Stored data
_ _ _ _ _
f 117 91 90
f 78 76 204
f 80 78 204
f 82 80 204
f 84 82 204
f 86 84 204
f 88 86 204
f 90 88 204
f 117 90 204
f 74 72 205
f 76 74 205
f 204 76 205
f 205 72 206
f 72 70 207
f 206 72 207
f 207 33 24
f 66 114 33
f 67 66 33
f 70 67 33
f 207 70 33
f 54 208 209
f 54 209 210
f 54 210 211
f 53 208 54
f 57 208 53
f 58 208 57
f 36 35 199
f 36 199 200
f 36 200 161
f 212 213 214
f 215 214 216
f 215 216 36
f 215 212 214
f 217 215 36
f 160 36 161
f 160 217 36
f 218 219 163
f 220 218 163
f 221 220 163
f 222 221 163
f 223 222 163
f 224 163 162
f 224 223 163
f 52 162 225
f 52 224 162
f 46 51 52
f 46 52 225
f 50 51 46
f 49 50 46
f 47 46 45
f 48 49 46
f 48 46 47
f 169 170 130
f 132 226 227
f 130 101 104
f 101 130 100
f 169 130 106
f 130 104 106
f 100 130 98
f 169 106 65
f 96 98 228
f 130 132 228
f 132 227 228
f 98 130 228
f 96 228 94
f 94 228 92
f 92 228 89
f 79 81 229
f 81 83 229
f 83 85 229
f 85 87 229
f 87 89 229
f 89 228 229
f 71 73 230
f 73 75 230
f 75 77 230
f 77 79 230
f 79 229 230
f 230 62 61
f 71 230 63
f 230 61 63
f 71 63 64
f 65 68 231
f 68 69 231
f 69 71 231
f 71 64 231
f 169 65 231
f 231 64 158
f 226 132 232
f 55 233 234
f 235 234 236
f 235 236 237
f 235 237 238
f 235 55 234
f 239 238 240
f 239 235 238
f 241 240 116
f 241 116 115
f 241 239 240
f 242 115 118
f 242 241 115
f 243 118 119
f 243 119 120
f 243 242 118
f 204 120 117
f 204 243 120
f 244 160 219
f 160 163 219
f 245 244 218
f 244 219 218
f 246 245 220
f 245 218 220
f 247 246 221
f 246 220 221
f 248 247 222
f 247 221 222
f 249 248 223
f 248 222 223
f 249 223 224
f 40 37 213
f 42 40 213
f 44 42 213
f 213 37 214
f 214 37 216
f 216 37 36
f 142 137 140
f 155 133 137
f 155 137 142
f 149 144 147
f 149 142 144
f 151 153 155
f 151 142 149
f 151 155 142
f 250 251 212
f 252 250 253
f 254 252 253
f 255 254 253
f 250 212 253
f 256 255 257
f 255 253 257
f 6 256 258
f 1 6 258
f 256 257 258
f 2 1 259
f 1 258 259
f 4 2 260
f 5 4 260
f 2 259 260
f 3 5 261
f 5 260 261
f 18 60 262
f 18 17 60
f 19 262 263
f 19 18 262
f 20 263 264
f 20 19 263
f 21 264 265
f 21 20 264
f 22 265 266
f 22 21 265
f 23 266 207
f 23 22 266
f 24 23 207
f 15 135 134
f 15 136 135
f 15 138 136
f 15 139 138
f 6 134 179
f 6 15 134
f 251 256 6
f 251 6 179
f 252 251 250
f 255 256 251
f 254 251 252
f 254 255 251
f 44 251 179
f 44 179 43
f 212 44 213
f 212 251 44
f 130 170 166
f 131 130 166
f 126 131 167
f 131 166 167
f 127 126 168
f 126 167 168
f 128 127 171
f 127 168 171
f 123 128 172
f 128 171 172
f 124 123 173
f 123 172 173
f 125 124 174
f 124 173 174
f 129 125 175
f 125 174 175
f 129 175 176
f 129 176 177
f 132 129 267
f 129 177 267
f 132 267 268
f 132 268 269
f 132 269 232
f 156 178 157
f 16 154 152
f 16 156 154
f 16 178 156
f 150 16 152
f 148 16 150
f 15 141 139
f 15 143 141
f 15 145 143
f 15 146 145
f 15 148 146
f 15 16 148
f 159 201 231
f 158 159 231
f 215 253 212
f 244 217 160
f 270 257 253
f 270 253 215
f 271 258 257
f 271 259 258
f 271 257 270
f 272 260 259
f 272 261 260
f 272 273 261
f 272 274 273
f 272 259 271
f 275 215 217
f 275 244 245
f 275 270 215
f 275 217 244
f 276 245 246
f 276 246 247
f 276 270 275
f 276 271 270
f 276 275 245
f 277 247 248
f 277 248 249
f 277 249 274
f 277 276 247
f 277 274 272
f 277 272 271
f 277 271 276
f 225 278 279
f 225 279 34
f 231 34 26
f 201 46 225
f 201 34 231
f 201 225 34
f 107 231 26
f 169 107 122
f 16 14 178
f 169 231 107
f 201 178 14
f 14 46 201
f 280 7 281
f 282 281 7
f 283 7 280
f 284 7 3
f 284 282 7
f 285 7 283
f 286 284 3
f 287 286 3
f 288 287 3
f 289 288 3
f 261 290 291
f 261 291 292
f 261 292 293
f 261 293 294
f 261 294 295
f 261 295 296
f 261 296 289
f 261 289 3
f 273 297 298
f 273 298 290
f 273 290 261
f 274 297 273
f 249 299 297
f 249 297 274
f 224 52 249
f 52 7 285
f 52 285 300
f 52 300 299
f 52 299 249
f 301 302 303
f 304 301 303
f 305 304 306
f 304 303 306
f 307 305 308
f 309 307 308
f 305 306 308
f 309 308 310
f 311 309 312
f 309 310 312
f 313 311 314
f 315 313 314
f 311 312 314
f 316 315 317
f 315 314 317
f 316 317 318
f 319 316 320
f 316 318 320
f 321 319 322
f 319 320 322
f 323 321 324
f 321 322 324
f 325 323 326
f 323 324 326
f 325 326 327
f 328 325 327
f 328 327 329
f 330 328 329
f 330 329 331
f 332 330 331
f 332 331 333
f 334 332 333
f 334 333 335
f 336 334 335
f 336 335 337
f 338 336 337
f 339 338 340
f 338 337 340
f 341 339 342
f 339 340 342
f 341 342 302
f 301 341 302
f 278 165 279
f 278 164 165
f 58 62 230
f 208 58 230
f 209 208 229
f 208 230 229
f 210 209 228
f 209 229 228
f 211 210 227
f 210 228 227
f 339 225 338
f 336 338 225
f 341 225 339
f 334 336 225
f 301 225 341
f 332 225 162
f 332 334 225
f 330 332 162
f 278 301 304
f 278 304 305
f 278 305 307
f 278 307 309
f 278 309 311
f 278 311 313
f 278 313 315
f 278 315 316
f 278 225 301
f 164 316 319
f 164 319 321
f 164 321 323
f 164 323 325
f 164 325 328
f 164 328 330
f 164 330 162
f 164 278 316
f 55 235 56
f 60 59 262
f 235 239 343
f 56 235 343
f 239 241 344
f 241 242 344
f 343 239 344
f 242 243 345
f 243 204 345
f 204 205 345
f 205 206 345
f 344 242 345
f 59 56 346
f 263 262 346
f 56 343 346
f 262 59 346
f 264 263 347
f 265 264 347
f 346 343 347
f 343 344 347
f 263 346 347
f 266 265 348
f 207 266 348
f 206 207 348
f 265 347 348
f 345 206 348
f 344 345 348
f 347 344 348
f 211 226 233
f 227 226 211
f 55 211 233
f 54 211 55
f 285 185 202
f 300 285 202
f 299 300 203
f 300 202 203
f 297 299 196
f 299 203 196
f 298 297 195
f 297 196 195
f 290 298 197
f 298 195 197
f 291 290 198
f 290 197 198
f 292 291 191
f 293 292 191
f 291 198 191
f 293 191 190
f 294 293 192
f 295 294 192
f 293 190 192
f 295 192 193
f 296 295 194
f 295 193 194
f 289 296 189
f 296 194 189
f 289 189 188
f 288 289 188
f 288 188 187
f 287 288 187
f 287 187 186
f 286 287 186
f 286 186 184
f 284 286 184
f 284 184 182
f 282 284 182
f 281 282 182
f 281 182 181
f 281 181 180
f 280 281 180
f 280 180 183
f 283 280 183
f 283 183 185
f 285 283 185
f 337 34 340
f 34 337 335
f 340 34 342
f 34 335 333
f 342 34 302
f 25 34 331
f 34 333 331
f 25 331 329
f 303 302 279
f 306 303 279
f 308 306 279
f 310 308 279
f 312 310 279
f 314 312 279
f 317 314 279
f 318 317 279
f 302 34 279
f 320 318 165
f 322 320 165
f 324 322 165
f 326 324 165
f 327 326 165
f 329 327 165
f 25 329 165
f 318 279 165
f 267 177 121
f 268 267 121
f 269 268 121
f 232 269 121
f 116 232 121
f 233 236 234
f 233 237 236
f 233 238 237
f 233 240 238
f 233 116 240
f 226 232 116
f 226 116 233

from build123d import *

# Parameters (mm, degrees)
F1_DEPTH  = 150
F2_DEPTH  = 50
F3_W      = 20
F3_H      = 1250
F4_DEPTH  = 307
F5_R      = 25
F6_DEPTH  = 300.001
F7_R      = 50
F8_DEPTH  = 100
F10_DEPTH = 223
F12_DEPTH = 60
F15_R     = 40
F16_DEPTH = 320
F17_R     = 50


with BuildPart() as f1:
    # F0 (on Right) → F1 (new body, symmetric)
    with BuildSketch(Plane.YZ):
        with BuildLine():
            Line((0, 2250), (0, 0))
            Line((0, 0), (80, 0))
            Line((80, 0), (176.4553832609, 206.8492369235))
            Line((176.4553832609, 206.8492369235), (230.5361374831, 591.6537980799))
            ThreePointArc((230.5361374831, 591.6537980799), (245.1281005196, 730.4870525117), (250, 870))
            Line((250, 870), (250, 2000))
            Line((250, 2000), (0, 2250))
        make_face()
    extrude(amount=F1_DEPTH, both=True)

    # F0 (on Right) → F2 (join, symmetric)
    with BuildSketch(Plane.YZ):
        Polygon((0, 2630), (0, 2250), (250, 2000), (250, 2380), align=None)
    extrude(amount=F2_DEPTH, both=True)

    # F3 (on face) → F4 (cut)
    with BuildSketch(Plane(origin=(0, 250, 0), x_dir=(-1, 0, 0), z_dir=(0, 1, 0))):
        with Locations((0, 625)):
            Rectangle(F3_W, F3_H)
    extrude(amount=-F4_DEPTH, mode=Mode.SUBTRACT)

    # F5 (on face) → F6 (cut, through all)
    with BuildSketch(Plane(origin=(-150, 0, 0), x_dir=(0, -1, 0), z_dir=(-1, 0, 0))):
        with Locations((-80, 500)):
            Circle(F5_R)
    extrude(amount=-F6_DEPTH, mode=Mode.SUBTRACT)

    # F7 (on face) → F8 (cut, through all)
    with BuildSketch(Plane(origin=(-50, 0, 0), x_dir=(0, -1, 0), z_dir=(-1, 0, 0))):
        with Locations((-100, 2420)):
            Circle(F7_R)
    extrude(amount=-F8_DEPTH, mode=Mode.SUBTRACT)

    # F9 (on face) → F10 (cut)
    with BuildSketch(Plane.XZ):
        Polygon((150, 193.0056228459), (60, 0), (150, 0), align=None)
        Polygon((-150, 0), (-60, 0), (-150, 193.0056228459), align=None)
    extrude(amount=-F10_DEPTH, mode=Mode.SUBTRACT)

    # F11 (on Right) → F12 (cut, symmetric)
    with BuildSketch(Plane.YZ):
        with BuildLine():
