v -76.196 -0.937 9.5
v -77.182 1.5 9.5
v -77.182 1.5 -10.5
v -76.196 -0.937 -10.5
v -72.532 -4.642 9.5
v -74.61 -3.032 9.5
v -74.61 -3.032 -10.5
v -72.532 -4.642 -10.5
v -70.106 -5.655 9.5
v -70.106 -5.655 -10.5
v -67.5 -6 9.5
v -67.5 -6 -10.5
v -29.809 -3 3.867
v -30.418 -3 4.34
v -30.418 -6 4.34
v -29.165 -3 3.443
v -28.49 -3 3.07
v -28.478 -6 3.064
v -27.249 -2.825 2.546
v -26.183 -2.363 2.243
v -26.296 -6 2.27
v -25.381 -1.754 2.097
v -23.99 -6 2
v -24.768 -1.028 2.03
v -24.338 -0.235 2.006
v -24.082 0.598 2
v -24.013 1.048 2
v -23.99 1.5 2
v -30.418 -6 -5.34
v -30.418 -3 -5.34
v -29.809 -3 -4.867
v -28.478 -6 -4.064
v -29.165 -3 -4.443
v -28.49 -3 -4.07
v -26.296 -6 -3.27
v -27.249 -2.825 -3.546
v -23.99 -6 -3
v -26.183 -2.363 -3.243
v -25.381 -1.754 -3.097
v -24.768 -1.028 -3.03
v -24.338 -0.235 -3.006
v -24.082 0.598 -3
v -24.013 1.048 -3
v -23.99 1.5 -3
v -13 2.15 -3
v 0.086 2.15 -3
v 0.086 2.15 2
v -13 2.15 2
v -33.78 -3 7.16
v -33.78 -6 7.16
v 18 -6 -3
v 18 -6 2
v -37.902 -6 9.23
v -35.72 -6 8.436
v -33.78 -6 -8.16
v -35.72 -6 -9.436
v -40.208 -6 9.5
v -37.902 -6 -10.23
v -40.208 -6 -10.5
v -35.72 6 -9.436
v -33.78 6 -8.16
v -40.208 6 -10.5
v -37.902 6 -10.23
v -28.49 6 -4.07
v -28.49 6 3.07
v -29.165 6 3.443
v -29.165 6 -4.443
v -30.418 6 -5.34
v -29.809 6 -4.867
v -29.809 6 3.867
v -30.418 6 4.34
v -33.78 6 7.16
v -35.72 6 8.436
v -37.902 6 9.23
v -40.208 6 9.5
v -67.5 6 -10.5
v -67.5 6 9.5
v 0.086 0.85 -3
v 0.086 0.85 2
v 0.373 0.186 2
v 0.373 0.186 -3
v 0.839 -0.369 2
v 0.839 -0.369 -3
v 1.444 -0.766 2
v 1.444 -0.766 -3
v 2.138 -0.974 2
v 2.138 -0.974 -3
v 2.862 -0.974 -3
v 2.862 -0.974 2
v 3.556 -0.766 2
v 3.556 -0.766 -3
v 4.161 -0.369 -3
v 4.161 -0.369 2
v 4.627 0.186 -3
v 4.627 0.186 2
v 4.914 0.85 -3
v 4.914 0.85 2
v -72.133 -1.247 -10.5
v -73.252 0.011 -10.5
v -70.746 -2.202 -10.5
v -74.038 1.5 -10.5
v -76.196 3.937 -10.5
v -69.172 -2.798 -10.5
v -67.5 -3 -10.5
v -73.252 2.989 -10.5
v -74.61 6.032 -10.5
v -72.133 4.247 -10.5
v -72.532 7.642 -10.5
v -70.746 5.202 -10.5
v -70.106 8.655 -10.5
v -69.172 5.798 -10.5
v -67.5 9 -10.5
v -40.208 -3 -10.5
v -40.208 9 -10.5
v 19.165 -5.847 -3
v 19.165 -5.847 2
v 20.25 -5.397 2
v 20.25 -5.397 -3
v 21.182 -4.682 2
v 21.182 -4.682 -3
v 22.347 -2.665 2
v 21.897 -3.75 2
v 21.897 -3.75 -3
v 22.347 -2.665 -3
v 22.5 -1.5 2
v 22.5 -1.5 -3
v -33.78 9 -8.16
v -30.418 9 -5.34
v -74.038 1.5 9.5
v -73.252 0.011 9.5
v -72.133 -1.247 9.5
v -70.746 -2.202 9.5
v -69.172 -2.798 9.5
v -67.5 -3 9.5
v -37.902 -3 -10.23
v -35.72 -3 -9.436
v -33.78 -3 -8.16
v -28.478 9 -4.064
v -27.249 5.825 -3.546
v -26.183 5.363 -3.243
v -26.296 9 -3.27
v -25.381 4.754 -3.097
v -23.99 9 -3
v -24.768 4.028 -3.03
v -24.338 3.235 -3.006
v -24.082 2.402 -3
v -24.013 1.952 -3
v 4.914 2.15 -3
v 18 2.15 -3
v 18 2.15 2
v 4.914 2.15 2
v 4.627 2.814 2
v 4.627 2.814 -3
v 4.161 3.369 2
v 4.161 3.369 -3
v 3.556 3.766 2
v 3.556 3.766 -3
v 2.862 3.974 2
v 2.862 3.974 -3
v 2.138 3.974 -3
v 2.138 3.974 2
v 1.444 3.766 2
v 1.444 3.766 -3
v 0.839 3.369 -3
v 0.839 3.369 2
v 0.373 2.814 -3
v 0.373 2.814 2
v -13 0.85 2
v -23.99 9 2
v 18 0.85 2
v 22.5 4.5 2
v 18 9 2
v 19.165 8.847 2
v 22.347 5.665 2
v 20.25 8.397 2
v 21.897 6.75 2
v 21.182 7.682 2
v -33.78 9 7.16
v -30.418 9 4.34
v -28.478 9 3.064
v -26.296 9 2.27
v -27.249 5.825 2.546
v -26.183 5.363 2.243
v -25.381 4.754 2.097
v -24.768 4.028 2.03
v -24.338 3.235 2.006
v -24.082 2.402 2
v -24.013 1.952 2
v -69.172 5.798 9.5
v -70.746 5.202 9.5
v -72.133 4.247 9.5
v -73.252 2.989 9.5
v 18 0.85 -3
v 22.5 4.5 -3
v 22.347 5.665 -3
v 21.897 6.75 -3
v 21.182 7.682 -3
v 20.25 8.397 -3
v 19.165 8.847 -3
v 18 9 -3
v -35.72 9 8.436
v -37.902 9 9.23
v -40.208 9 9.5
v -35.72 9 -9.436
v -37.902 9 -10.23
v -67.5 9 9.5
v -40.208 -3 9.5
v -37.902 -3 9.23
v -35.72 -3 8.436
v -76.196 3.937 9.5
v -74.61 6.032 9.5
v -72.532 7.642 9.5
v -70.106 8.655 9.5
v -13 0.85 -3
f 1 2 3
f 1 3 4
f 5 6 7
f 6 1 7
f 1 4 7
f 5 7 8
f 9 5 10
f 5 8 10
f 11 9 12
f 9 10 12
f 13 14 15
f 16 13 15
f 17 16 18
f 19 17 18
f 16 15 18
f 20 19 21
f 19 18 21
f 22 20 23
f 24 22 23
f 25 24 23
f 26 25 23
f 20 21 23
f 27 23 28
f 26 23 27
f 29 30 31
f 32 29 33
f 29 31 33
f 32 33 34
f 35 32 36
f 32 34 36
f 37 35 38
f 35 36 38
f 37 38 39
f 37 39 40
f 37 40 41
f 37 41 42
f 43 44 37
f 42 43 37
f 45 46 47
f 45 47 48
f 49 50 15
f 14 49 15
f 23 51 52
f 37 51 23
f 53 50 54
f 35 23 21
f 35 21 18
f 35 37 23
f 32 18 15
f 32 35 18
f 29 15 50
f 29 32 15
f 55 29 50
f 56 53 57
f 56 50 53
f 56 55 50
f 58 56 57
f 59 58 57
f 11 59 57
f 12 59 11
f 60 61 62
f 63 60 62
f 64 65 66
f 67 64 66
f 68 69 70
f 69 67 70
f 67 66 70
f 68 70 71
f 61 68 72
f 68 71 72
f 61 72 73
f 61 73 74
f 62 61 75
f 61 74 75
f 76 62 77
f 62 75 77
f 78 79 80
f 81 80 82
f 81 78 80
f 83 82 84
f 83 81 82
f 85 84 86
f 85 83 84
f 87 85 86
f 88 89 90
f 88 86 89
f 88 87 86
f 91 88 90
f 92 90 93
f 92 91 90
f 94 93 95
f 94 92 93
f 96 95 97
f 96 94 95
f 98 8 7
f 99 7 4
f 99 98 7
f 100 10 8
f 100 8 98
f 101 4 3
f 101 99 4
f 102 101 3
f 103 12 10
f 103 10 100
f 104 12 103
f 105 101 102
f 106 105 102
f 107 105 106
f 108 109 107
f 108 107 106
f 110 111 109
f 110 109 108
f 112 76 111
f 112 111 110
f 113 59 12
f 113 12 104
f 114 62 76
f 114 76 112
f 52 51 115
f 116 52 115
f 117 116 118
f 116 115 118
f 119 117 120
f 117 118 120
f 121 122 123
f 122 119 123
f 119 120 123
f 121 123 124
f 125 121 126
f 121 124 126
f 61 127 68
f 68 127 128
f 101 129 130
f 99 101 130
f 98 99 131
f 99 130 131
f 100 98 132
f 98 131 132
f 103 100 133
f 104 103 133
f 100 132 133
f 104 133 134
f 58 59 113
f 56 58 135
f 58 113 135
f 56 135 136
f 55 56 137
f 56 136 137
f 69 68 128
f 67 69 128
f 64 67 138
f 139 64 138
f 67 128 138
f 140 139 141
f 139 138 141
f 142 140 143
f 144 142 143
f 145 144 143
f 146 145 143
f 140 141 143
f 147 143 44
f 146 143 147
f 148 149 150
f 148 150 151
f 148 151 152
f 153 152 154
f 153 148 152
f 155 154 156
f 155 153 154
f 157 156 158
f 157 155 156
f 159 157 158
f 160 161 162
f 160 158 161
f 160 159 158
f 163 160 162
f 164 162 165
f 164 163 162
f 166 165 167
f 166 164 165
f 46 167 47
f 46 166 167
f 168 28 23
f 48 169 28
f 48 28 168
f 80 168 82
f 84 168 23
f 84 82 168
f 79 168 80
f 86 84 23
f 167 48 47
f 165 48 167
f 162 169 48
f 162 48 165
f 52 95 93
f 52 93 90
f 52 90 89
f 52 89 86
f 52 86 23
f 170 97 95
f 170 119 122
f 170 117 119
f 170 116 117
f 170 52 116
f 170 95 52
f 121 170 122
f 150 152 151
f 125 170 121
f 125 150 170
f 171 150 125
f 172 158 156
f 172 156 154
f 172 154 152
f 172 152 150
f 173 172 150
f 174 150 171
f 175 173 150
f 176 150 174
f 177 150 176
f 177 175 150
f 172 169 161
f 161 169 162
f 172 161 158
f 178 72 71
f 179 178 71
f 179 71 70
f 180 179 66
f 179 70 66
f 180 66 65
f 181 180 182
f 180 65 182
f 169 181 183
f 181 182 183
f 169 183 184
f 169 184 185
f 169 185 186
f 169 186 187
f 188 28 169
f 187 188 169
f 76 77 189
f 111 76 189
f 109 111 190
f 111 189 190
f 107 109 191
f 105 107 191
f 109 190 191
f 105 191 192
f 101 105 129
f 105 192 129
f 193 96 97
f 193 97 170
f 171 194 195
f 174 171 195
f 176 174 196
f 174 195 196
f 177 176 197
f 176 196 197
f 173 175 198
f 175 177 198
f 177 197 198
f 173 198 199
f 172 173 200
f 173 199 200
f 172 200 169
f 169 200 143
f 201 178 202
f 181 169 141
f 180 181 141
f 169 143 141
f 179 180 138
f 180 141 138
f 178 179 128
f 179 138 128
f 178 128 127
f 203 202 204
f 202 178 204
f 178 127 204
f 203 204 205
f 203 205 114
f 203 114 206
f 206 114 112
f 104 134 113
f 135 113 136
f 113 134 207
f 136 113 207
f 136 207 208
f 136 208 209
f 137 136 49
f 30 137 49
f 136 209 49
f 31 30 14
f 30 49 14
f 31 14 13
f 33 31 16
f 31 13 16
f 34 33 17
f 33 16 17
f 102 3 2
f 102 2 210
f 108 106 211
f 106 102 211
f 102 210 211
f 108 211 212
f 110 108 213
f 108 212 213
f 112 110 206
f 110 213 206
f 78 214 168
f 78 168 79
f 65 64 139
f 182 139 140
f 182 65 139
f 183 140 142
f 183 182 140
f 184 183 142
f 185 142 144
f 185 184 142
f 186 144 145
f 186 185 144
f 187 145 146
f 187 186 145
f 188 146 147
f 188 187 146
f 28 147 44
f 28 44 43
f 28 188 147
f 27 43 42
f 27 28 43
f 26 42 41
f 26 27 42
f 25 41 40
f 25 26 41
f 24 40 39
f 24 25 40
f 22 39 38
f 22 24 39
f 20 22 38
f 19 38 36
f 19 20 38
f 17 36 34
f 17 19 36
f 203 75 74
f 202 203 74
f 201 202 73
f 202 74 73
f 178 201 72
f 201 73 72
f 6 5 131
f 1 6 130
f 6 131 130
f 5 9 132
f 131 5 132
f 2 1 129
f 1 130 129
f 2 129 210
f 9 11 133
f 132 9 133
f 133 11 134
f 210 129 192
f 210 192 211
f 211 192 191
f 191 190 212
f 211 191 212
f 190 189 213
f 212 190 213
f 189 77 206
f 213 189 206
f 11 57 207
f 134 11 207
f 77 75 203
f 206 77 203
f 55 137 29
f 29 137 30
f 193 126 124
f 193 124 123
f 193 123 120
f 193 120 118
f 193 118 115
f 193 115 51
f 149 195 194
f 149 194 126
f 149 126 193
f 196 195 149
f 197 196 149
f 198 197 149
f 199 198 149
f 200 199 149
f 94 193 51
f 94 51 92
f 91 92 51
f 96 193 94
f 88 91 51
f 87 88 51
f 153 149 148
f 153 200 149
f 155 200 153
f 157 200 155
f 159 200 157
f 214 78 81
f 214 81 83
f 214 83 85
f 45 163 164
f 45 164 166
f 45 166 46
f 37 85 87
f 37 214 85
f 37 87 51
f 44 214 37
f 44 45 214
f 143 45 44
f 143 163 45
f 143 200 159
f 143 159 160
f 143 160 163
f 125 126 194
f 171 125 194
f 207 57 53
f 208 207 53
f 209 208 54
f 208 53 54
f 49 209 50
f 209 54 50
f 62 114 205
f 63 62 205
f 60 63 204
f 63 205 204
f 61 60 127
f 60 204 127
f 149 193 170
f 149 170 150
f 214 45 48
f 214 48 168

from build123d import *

# Parameters (mm, degrees)
ESBO_O1_W                         = 40
ESBO_O1_H                         = 15
RESSALTO_EXTRUS_O1_DEPTH          = 3
ESBO_O3_W                         = 40
ESBO_O3_H                         = 15
RESSALTO_EXTRUS_O2_DEPTH          = 2
CORTE_EXTRUS_O1_REACH             = 26.418
CORTE_EXTRUS_O1_DIRECTION_2_REACH = 26.418
ESBO_O5_W                         = 20
ESBO_O5_H                         = 15
RESSALTO_EXTRUS_O4_DEPTH          = 60
CHANFRO1_SIZE                     = 19.068057482
CHANFRO1_SIZE_2                   = 16
FILETE4_R                         = 10
CORTE_EXTRUS_O2_DEPTH             = 81.237970309
FILETE5_R                         = 4.5


with BuildPart() as part:
    # Esboço1 → Ressalto-extrusão1 (new body)
    with BuildSketch(Plane.XY):
        with Locations((2.5, 1.5)):
            Rectangle(ESBO_O1_W, ESBO_O1_H)
    extrude(amount=-RESSALTO_EXTRUS_O1_DEPTH)

    # Esboço3 → Ressalto-extrusão2 (add)
    with BuildSketch(Plane.XY):
        with Locations((2.5, 1.5)):
            Rectangle(ESBO_O3_W, ESBO_O3_H)
    extrude(amount=RESSALTO_EXTRUS_O2_DEPTH)

    # Corte-extrusão1: up to this face of the body (flat: up to its plane)
    corte_extrus_o1_end = Plane(part.part.faces().sort_by_distance((2.5, 1.5, 2))[0])
    # Esboço2 → Corte-extrusão1 (cut, up to the picked face)
    with BuildSketch(Plane.XY, mode=Mode.PRIVATE) as corte_extrus_o1_sk1:
        with BuildLine():
            Line((0.085978459, 2.15), (-13, 2.15))
            Line((-13, 2.15), (-13, 0.85))
            Line((-13, 0.85), (0.085978459, 0.85))
            ThreePointArc((0.085978459, 0.85), (2.5, -1), (4.914021541, 0.85))
            Line((4.914021541, 0.85), (18, 0.85))
            Line((18, 0.85), (18, 2.15))
            Line((18, 2.15), (4.914021541, 2.15))
            ThreePointArc((4.914021541, 2.15), (2.5, 4), (0.085978459, 2.15))
        make_face()
    corte_extrus_o1_tool1 = split(extrude(corte_extrus_o1_sk1.sketch, amount=CORTE_EXTRUS_O1_REACH, mode=Mode.PRIVATE), bisect_by=corte_extrus_o1_end, keep=Keep.BOTH, mode=Mode.PRIVATE)
    add(corte_extrus_o1_tool1.solids().sort_by(Axis((2.5, 1.5, 0), (0, 0, 1)))[0], mode=Mode.SUBTRACT)

    # Corte-extrusão1 direction 2: up to this face of the body (flat: up to its plane)
    corte_extrus_o1_direction_2_end = Plane(part.part.faces().sort_by_distance((2.5, 1.5, -3))[0])
    # Esboço2 → Corte-extrusão1 direction 2 (cut, up to the picked face)
    with BuildSketch(Plane.XY, mode=Mode.PRIVATE) as corte_extrus_o1_direction_2_sk1:
        with BuildLine():
            Line((0.085978459, 2.15), (-13, 2.15))
            Line((-13, 2.15), (-13, 0.85))
            Line((-13, 0.85), (0.085978459, 0.85))
            ThreePointArc((0.085978459, 0.85), (2.5, -1), (4.914021541, 0.85))
            Line((4.914021541, 0.85), (18, 0.85))
            Line((18, 0.85), (18, 2.15))
            Line((18, 2.15), (4.914021541, 2.15))
            ThreePointArc((4.914021541, 2.15), (2.5, 4), (0.085978459, 2.15))
        make_face()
_ _ _ _ _
Work to complete »
Transcribe the records above from the line holding "v 2.138 -0.974 -3" down to the line holding "v 4.914 2.15 -3", inclusive, without adding anything.

The completed task »
v 2.138 -0.974 -3
v 2.862 -0.974 -3
v 2.862 -0.974 2
v 3.556 -0.766 2
v 3.556 -0.766 -3
v 4.161 -0.369 -3
v 4.161 -0.369 2
v 4.627 0.186 -3
v 4.627 0.186 2
v 4.914 0.85 -3
v 4.914 0.85 2
v -72.133 -1.247 -10.5
v -73.252 0.011 -10.5
v -70.746 -2.202 -10.5
v -74.038 1.5 -10.5
v -76.196 3.937 -10.5
v -69.172 -2.798 -10.5
v -67.5 -3 -10.5
v -73.252 2.989 -10.5
v -74.61 6.032 -10.5
v -72.133 4.247 -10.5
v -72.532 7.642 -10.5
v -70.746 5.202 -10.5
v -70.106 8.655 -10.5
v -69.172 5.798 -10.5
v -67.5 9 -10.5
v -40.208 -3 -10.5
v -40.208 9 -10.5
v 19.165 -5.847 -3
v 19.165 -5.847 2
v 20.25 -5.397 2
v 20.25 -5.397 -3
v 21.182 -4.682 2
v 21.182 -4.682 -3
v 22.347 -2.665 2
v 21.897 -3.75 2
v 21.897 -3.75 -3
v 22.347 -2.665 -3
v 22.5 -1.5 2
v 22.5 -1.5 -3
v -33.78 9 -8.16
v -30.418 9 -5.34
v -74.038 1.5 9.5
v -73.252 0.011 9.5
v -72.133 -1.247 9.5
v -70.746 -2.202 9.5
v -69.172 -2.798 9.5
v -67.5 -3 9.5
v -37.902 -3 -10.23
v -35.72 -3 -9.436
v -33.78 -3 -8.16
v -28.478 9 -4.064
v -27.249 5.825 -3.546
v -26.183 5.363 -3.243
v -26.296 9 -3.27
v -25.381 4.754 -3.097
v -23.99 9 -3
v -24.768 4.028 -3.03
v -24.338 3.235 -3.006
v -24.082 2.402 -3
v -24.013 1.952 -3
v 4.914 2.15 -3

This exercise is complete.